# Try it:
Every line with "Locations" in it should be copied from the data.

******

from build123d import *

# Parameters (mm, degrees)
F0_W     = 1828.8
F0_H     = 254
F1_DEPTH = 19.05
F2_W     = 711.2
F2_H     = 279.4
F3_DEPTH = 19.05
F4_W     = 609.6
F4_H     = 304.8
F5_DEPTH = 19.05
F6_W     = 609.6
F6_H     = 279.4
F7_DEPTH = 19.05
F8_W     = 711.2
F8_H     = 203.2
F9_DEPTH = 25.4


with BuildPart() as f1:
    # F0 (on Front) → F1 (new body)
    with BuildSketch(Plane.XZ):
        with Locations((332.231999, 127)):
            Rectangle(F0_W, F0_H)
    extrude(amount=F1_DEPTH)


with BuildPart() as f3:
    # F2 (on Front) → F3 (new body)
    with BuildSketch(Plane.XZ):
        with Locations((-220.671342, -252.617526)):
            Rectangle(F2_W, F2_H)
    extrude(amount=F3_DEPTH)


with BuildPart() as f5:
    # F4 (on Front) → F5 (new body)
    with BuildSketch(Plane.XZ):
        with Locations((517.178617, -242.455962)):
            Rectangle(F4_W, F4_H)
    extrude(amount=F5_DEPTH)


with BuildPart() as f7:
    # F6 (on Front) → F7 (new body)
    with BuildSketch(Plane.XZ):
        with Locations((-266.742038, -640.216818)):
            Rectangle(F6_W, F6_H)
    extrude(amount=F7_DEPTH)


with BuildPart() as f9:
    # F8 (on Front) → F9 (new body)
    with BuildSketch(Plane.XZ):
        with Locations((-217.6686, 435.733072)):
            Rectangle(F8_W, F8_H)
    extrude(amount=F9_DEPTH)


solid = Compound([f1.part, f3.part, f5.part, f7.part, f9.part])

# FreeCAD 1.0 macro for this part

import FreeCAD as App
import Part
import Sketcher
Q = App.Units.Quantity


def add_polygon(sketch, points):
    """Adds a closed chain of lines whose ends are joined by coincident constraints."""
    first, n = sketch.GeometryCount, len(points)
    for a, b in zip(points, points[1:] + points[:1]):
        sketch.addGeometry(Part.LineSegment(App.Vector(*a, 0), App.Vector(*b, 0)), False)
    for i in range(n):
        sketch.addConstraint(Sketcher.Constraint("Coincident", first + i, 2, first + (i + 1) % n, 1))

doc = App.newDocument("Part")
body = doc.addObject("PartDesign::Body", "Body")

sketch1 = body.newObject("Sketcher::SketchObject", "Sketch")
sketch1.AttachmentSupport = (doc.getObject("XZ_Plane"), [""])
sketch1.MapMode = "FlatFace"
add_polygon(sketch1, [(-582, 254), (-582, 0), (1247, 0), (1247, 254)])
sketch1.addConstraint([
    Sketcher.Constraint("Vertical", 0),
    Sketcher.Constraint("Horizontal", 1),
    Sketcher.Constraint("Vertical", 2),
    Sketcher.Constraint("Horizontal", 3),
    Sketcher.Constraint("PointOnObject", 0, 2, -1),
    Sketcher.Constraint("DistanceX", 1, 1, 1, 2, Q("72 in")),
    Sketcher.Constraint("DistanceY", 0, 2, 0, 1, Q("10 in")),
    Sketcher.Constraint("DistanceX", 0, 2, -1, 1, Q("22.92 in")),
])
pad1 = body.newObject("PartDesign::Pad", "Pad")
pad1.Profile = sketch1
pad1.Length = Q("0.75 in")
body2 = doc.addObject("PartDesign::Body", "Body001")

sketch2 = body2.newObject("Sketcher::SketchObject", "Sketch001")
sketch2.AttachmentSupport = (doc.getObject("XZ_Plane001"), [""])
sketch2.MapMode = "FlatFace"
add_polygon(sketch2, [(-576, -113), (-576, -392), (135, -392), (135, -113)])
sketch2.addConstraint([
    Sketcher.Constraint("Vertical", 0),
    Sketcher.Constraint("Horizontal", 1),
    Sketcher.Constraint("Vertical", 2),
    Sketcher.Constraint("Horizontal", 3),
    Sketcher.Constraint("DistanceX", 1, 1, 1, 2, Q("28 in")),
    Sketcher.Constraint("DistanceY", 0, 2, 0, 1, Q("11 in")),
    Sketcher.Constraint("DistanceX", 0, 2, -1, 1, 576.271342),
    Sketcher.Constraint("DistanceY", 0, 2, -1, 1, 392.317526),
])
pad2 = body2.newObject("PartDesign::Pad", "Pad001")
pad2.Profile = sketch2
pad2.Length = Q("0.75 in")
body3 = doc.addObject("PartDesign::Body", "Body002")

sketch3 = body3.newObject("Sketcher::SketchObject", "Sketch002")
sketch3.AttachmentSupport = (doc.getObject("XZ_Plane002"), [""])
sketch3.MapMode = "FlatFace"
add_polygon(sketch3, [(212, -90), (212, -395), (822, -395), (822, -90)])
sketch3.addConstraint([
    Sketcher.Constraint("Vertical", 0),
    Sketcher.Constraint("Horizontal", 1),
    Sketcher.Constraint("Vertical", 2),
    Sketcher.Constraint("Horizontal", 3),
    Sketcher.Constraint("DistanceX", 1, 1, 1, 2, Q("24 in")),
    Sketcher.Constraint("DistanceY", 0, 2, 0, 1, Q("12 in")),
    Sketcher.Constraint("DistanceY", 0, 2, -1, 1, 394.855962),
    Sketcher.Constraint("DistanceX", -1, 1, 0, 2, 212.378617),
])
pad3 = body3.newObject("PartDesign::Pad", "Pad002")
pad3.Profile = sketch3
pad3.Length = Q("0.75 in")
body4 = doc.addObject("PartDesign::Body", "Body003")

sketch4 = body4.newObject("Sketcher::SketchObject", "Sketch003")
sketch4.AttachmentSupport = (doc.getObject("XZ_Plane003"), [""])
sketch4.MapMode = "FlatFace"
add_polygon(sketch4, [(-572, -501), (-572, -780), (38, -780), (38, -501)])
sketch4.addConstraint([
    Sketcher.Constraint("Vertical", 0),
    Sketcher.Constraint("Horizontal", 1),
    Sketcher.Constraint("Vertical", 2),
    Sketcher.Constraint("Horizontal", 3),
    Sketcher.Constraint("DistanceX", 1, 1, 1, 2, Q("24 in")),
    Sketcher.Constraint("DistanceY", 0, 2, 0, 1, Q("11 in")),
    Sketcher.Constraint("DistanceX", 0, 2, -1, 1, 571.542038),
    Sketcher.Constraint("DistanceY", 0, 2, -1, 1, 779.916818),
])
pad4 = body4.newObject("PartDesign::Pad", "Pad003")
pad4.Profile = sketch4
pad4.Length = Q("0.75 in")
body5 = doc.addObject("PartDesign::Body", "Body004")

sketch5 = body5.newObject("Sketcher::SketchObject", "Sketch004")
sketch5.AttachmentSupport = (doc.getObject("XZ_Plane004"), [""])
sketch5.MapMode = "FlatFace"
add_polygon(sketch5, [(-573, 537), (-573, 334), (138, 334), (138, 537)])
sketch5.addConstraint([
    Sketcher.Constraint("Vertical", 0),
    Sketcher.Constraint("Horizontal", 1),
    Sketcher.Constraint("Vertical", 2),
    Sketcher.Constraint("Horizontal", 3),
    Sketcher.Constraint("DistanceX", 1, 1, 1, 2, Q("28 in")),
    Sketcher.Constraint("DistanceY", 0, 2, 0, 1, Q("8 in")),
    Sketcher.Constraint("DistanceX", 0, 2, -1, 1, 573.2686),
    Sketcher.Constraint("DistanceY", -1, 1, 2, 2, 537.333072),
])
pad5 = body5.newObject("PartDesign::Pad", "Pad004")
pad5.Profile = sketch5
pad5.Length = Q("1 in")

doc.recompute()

******

# Answer to this problem:
        with Locations((332.231999, 127)):
        with Locations((-220.671342, -252.617526)):
        with Locations((517.178617, -242.455962)):
        with Locations((-266.742038, -640.216818)):
        with Locations((-217.6686, 435.733072)):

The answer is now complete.